Там он начал практиковать всяческую добродетель… Он выказывал такое послушание настоятелю монастыря, да и всей братии, что они от этого пришли в изумление. Но остальным казалось, что он неразборчив в связях, непрерывно общаясь с блудницами и прикидываясь (ὑποκρινόμενος), что постоянно проводит время с шутами (κῴμοις). За это его все осыпали обвинениями; мало того, бывало, что за это настоятель выгонял его из монастыря.

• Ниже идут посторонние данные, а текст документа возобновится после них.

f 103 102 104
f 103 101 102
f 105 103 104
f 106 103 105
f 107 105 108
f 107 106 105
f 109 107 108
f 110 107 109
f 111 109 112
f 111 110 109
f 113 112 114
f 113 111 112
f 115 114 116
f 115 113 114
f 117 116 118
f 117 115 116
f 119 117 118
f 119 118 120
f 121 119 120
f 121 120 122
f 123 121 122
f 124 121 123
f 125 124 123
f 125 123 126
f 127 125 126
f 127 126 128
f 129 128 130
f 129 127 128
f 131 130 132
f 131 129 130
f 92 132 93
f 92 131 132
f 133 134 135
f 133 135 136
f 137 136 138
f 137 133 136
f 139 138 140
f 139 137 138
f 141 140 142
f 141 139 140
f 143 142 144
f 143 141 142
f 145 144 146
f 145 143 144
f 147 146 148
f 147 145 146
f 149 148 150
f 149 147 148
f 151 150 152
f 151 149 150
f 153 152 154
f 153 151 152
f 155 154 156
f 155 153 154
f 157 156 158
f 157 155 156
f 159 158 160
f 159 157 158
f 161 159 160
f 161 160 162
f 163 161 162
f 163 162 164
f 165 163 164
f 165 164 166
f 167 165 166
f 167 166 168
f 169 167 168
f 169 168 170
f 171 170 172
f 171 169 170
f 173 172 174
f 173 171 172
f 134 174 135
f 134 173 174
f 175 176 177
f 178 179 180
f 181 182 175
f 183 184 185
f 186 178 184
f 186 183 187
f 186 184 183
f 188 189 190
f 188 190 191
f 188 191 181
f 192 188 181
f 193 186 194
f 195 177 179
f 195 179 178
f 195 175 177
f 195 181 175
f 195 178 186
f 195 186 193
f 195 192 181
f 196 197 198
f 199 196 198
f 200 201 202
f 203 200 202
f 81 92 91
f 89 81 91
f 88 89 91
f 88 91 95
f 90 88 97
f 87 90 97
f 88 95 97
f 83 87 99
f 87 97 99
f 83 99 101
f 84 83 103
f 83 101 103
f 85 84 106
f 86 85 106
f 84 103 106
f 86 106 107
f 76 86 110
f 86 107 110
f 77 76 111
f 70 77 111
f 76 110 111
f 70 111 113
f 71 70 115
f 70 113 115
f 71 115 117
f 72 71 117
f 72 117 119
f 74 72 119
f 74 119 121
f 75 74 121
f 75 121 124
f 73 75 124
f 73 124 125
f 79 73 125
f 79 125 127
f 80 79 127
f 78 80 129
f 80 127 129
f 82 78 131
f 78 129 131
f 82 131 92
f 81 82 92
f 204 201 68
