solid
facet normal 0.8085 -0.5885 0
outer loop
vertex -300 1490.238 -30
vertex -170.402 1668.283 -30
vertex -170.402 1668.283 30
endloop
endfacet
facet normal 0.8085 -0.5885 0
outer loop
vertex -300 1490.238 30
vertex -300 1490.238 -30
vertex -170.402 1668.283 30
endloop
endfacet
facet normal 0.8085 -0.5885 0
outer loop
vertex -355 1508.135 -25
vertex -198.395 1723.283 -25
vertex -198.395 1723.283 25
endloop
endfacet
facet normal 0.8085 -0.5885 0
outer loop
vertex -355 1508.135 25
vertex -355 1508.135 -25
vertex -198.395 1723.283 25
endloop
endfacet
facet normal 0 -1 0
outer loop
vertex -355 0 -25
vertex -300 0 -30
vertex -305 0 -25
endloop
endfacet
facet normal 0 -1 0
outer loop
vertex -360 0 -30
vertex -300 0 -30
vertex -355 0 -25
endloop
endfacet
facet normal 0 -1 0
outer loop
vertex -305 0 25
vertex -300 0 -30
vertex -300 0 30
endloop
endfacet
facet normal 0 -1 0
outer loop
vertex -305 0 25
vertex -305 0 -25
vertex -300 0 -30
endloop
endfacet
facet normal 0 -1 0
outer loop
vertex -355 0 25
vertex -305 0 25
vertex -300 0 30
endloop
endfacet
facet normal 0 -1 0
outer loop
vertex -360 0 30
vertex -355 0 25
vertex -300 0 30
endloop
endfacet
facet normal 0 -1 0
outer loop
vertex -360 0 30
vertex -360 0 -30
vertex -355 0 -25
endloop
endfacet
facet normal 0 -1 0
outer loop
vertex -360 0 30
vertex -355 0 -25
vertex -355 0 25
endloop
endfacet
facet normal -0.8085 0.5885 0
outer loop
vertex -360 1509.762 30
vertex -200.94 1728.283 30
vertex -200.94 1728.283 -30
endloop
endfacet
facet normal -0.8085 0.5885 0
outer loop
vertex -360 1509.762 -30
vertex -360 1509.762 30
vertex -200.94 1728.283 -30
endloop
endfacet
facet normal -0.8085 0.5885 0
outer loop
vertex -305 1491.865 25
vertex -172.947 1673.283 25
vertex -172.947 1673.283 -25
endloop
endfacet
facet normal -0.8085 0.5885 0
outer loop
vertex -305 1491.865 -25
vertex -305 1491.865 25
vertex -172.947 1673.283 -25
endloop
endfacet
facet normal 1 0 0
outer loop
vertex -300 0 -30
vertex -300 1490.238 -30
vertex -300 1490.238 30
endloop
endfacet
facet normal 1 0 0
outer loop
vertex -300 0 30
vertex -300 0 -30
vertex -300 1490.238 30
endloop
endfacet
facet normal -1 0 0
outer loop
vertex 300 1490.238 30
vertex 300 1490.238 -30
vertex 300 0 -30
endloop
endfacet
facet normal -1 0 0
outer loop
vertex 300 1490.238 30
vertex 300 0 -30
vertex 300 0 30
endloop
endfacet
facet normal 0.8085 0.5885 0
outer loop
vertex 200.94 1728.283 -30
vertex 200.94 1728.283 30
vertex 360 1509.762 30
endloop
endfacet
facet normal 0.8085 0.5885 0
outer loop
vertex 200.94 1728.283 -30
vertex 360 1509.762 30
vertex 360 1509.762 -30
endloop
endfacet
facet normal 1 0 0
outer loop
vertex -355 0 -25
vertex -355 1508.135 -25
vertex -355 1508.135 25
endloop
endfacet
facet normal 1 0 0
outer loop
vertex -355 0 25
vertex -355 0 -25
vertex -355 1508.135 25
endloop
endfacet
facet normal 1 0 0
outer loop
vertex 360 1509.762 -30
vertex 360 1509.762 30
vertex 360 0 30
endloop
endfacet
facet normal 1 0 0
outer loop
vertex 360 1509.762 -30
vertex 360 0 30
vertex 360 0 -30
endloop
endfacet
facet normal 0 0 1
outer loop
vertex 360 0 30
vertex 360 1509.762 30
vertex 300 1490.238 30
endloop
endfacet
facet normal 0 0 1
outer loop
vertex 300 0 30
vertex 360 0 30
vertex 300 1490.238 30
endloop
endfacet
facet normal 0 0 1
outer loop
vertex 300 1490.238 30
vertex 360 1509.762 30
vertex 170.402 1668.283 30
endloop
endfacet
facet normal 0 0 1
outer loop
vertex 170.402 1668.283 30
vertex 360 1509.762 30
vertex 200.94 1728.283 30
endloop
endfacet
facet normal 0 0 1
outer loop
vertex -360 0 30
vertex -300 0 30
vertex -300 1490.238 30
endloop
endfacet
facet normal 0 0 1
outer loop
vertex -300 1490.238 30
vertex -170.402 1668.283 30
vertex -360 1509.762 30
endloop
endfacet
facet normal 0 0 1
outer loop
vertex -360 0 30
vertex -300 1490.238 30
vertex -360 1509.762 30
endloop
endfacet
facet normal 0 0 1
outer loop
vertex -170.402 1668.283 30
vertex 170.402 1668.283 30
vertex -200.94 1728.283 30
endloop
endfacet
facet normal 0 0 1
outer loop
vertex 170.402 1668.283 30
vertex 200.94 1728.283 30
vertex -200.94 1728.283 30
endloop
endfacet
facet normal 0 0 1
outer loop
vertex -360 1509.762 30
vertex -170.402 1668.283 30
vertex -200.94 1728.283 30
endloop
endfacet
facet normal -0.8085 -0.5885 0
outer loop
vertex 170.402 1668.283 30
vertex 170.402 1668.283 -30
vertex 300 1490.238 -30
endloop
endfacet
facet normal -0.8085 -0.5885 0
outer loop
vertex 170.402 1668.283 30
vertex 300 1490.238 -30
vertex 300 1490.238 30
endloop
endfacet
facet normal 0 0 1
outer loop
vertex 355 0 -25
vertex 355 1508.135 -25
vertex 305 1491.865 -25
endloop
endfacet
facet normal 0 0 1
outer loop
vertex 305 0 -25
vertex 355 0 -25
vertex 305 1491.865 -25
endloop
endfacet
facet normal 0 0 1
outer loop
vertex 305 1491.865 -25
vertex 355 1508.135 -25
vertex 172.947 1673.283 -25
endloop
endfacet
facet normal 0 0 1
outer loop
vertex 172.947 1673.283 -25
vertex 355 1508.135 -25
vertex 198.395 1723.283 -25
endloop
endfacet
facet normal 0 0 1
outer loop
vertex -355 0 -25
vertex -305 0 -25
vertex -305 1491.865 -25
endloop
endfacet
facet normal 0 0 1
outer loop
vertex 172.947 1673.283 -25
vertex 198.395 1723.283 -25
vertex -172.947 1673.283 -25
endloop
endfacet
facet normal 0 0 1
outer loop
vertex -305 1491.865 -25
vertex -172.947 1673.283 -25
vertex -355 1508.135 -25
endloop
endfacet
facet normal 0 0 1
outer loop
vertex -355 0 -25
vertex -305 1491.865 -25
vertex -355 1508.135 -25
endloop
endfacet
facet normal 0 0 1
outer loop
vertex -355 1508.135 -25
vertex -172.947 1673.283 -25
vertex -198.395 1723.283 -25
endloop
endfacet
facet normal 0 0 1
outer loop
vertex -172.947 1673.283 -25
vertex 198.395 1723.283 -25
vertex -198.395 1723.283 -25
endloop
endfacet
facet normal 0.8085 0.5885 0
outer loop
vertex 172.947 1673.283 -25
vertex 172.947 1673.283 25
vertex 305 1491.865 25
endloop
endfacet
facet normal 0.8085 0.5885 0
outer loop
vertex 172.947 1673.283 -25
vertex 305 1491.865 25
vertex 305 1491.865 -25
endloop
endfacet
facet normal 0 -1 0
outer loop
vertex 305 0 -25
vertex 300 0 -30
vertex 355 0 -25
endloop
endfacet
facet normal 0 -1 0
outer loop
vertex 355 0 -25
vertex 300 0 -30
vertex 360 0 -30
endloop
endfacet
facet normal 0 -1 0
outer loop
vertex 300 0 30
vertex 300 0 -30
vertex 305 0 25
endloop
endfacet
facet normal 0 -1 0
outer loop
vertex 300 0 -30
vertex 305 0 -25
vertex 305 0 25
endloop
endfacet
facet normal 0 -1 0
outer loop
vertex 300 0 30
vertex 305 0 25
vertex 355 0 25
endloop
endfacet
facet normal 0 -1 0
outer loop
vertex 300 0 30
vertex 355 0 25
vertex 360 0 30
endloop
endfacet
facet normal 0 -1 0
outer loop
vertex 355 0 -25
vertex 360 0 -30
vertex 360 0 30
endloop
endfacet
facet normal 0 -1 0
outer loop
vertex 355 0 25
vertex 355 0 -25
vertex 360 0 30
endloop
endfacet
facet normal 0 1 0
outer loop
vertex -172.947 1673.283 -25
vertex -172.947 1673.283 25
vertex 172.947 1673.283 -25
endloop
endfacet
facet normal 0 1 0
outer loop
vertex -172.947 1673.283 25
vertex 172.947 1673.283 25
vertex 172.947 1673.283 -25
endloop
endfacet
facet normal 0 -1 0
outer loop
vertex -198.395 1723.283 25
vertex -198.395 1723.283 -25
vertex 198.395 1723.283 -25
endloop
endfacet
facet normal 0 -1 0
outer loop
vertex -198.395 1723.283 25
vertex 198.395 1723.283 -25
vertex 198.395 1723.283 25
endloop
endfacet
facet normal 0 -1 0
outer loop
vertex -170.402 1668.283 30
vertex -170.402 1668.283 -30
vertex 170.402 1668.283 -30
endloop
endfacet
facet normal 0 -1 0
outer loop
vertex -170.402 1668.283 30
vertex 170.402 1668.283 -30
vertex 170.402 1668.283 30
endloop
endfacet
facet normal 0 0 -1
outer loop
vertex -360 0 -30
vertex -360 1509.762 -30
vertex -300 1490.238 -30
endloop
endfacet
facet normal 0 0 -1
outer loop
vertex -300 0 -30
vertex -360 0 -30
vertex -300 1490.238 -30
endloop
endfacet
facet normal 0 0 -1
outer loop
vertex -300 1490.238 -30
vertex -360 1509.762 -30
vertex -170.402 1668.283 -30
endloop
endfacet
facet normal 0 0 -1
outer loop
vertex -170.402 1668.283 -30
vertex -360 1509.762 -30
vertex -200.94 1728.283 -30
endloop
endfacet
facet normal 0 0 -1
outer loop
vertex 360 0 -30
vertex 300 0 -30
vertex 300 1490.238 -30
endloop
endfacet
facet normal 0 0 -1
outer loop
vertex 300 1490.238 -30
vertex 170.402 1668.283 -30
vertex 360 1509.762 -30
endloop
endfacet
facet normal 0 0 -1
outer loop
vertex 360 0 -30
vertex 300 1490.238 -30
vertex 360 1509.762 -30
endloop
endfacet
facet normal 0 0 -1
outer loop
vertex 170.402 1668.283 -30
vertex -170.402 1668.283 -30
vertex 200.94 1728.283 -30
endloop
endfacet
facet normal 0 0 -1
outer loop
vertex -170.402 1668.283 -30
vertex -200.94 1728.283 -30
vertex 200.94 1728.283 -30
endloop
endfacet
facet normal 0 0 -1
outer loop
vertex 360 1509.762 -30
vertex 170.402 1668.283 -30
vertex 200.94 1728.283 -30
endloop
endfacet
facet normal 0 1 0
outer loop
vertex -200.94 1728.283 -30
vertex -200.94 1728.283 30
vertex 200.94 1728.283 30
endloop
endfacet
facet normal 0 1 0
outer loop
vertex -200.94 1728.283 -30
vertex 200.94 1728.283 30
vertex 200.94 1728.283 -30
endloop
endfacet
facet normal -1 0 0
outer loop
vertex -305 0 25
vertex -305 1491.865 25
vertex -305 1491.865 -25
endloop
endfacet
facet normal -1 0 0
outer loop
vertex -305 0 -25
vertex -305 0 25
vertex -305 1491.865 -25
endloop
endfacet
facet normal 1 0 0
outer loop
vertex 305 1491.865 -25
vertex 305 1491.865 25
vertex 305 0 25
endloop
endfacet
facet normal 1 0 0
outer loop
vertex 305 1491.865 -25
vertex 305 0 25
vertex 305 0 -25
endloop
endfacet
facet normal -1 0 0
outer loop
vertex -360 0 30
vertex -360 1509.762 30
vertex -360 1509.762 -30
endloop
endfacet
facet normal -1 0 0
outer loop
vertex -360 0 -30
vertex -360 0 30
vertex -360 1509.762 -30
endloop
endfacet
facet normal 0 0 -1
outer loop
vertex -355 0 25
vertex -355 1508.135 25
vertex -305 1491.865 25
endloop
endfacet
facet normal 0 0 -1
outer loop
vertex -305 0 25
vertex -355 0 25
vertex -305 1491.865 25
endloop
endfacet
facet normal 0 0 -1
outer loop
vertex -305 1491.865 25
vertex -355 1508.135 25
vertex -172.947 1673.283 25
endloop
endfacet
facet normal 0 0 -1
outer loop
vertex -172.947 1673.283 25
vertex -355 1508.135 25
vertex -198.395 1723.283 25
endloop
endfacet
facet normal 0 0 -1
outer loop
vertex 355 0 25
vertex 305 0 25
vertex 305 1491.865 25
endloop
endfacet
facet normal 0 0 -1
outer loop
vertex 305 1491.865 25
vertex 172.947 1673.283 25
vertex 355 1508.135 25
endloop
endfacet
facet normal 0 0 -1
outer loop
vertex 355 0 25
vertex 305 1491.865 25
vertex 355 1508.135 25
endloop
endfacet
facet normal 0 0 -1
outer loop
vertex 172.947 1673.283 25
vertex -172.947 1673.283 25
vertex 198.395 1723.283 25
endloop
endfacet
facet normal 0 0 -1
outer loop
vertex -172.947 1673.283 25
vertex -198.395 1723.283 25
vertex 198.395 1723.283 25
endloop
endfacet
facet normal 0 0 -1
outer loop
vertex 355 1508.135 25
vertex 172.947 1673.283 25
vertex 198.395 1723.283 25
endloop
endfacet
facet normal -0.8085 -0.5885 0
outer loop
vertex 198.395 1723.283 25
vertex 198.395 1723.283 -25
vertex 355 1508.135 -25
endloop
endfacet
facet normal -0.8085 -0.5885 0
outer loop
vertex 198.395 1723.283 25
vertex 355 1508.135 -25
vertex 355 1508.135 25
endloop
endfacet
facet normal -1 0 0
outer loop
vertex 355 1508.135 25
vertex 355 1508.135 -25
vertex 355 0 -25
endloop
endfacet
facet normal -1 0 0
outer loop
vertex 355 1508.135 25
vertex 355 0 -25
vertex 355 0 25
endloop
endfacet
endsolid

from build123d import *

# Parameters (mm, degrees)
SKETCH2_W   = 60
SKETCH2_H   = 60
SKETCH2_W_2 = 50
SKETCH2_H_2 = 50


with BuildPart() as part:
    # Sweep1: sweep along a path in Sketch1
    with BuildLine(Plane.XY) as sweep1_path:
        Line((330, 0), (330, 1500))
        Line((330, 1500), (185.671137026, 1698.283381924))
        Line((185.671137026, 1698.283381924), (0, 1698.283381924))
    # Sketch2 → Sweep1 (sweep)
    with BuildSketch(Plane(origin=(0, 0, 0), x_dir=(1, 0, 0), z_dir=(0, 1, 0))):
        with Locations((330, 0)):
            Rectangle(SKETCH2_W, SKETCH2_H)
        with Locations((330, 0)):
            Rectangle(SKETCH2_W_2, SKETCH2_H_2, mode=Mode.SUBTRACT)
    sweep1 = sweep(path=sweep1_path.line, transition=Transition.RIGHT)

    # Mirror1: Sweep1 across plane
    add(sweep1.mirror(Plane(origin=(0, 0, 0), x_dir=(0, 0, 1), z_dir=(1, 0, 0))))


solid = part.part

Несгибаемый [святой] все переносил стойко… Ту еду, которую он получал в обители, он либо отдавал бедным – о, его любовь во имя Христа! – либо относил к блудницам и давал им в качестве платы, чтобы только они сохраняли свое ложе неоскверненным для него. Все это святой проделывал с жаром, стараясь как во всем, так и в этом выглядеть подражателем божественного Виталия, чье житие и чьи нравы он очень любил… Но диаволовы приспешники увидели, что святой беседует с блудницами, а иногда проводит с ними время, и решили, что он занимается тем же, чем они сами.